PROBLEM DETAILS => Here is a block of records. Copy every line in it that includes "Plane".

[Saved data entries]

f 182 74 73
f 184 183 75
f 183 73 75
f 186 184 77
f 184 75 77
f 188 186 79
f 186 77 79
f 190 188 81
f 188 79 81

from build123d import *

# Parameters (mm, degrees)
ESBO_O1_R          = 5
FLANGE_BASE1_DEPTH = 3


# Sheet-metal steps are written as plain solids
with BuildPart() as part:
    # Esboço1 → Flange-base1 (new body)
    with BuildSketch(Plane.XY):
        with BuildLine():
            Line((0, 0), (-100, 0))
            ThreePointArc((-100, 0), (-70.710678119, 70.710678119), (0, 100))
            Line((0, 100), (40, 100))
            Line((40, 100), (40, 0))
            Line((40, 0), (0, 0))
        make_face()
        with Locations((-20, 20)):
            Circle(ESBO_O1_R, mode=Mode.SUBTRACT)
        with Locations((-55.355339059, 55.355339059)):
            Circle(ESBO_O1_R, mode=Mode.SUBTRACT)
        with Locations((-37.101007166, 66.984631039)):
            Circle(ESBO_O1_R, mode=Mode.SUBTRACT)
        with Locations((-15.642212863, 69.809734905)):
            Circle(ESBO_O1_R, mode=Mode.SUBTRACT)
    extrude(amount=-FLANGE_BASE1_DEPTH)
---
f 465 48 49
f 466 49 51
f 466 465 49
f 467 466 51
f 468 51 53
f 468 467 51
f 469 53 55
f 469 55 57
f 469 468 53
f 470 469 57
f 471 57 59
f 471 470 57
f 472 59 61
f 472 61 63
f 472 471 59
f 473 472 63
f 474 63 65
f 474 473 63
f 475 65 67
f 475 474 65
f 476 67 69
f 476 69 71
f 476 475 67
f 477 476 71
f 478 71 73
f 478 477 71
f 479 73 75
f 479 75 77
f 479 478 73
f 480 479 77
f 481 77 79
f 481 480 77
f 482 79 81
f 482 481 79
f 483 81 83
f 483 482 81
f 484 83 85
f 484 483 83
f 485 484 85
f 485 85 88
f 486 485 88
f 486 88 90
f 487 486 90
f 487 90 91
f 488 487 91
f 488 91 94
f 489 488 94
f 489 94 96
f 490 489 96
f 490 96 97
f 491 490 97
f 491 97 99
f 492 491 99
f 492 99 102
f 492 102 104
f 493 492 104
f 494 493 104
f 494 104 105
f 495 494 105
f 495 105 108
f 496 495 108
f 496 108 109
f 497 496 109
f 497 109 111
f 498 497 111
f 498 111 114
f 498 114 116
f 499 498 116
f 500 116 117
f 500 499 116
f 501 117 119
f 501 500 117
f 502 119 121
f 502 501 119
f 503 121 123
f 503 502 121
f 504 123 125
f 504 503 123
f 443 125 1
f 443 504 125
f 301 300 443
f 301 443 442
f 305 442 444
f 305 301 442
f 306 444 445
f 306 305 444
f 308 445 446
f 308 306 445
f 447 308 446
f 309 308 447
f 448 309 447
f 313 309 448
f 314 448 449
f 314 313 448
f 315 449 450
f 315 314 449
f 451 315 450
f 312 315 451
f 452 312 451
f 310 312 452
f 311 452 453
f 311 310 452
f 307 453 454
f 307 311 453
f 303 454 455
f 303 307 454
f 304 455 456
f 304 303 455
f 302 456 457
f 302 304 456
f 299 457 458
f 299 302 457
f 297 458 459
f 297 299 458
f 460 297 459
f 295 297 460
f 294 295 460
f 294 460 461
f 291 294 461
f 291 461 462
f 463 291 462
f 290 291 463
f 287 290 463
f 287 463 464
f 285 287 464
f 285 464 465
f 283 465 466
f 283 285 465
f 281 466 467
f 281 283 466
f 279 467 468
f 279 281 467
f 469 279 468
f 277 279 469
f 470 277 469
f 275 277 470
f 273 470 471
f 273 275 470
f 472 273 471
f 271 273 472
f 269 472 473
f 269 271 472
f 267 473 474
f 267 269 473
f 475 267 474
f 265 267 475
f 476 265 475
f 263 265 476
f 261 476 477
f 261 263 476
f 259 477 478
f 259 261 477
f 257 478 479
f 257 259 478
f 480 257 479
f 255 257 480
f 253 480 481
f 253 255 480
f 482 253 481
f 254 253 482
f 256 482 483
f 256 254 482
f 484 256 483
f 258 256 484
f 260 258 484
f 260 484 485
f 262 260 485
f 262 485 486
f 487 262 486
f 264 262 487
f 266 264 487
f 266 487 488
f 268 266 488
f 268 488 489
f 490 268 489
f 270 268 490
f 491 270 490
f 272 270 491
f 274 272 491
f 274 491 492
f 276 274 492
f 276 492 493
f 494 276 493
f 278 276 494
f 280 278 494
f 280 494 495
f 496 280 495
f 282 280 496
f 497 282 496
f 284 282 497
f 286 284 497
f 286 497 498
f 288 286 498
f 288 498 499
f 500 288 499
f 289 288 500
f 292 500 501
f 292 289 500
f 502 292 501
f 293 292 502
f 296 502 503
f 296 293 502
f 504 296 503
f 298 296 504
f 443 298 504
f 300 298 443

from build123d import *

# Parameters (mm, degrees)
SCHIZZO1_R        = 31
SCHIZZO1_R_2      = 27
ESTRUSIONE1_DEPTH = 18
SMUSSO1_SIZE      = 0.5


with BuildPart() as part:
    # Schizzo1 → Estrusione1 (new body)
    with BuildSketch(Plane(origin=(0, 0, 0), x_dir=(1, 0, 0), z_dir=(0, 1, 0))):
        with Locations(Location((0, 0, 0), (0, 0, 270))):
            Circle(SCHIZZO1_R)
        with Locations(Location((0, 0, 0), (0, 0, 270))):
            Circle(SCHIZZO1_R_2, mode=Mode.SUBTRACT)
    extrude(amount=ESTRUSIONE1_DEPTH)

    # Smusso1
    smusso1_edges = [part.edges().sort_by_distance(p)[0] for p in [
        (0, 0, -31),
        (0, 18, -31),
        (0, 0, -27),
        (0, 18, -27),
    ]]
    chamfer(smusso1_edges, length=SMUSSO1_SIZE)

ANSWER AREA =>
    with BuildSketch(Plane.XY):
    with BuildSketch(Plane(origin=(0, 0, 0), x_dir=(1, 0, 0), z_dir=(0, 1, 0))):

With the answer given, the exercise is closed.